Source records
========
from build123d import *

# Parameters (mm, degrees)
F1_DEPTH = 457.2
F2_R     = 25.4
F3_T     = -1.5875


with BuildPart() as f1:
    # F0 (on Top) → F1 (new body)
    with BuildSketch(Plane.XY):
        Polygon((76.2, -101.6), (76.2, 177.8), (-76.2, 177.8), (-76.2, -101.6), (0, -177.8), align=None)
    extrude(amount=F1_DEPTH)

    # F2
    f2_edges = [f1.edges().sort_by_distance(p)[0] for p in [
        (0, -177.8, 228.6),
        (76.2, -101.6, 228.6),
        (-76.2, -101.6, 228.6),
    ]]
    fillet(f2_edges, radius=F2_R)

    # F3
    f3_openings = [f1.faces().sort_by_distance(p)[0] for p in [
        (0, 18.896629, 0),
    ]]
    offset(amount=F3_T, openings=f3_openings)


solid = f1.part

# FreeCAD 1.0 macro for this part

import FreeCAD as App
import Part
import Sketcher

V = App.Vector
Q = App.Units.Quantity


def edges_at(feature, points):
    """Names of the edges that pass closest to the given points."""
    edges = feature.Shape.Edges
    near = lambda p: min(range(len(edges)), key=lambda i: edges[i].distToShape(Part.Vertex(*p))[0])
    return sorted({f"Edge{near(p) + 1}" for p in points})


def faces_at(feature, points):
    """Names of the faces that lie closest to the given points."""
    faces = feature.Shape.Faces
    near = lambda p: min(range(len(faces)), key=lambda i: faces[i].distToShape(Part.Vertex(*p))[0])
    return sorted({f"Face{near(p) + 1}" for p in points})

doc = App.newDocument("Part")
body = doc.addObject("PartDesign::Body", "Body")

# Sketch on XY plane
sketch1 = doc.addObject("Sketcher::SketchObject", "Sketch")
body.addObject(sketch1)
sketch1.AttachmentSupport = (doc.XY_Plane, [""])
sketch1.MapMode = "FlatFace"
sketch1.addGeometry([
    Part.LineSegment(V(76, -102, 0), V(76, 178, 0)),  # 0
    Part.LineSegment(V(76, 178, 0), V(-76, 178, 0)),  # 1
    Part.LineSegment(V(-76, 178, 0), V(-76, -102, 0)),  # 2
    Part.LineSegment(V(-76, -102, 0), V(0, -178, 0)),  # 3
    Part.LineSegment(V(0, -178, 0), V(76, -102, 0)),  # 4
], False)
sketch1.addConstraint([
    Sketcher.Constraint("Coincident", 0, 2, 1, 1),
    Sketcher.Constraint("Coincident", 1, 2, 2, 1),
    Sketcher.Constraint("Coincident", 2, 2, 3, 1),
    Sketcher.Constraint("Coincident", 3, 2, 4, 1),
    Sketcher.Constraint("Coincident", 4, 2, 0, 1),
    Sketcher.Constraint("Vertical", 0),
    Sketcher.Constraint("Horizontal", 1),
    Sketcher.Constraint("Vertical", 2),
    Sketcher.Constraint("Symmetric", 2, 2, 4, 2, -2),
    Sketcher.Constraint("PointOnObject", 3, 2, -2),
    Sketcher.Constraint("Perpendicular", 3, 4),
    Sketcher.Constraint("DistanceX", 1, 2, 1, 1, Q("6 in")),
    Sketcher.Constraint("DistanceY", 0, 1, 0, 2, Q("11 in")),
    Sketcher.Constraint("DistanceY", -1, 1, 0, 2, Q("7 in")),
])
pad1 = doc.addObject("PartDesign::Pad", "Pad")
body.addObject(pad1)
pad1.Profile = sketch1
pad1.Length = Q("18 in")
doc.recompute()

fillet = doc.addObject("PartDesign::Fillet", "Fillet")
body.addObject(fillet)
fillet.Base = (pad1, edges_at(pad1, [(0, -177.8, 228.6), (76.2, -101.6, 228.6), (-76.2, -101.6, 228.6)]))
fillet.Radius = Q("1 in")
doc.recompute()

thickness = doc.addObject("PartDesign::Thickness", "Thickness")
body.addObject(thickness)
thickness.Base = (fillet, faces_at(fillet, [(0, 5.261, 0)]))
thickness.Value = Q("0.0625 in")
thickness.Reversed = True
thickness.Join = "Arc"

doc.recompute()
========
HOW TO COMPLETE THIS TASK
Would you print, exactly as written, every line above from the one holding "# F0 (on Top) → F1 (new body)" through the one holding "# FreeCAD 1.0 macro for this part", with both included and no other lines?

TASK RESULT
    # F0 (on Top) → F1 (new body)
    with BuildSketch(Plane.XY):
        Polygon((76.2, -101.6), (76.2, 177.8), (-76.2, 177.8), (-76.2, -101.6), (0, -177.8), align=None)
    extrude(amount=F1_DEPTH)

    # F2
    f2_edges = [f1.edges().sort_by_distance(p)[0] for p in [
        (0, -177.8, 228.6),
        (76.2, -101.6, 228.6),
        (-76.2, -101.6, 228.6),
    ]]
    fillet(f2_edges, radius=F2_R)

    # F3
    f3_openings = [f1.faces().sort_by_distance(p)[0] for p in [
        (0, 18.896629, 0),
    ]]
    offset(amount=F3_T, openings=f3_openings)


solid = f1.part

# FreeCAD 1.0 macro for this part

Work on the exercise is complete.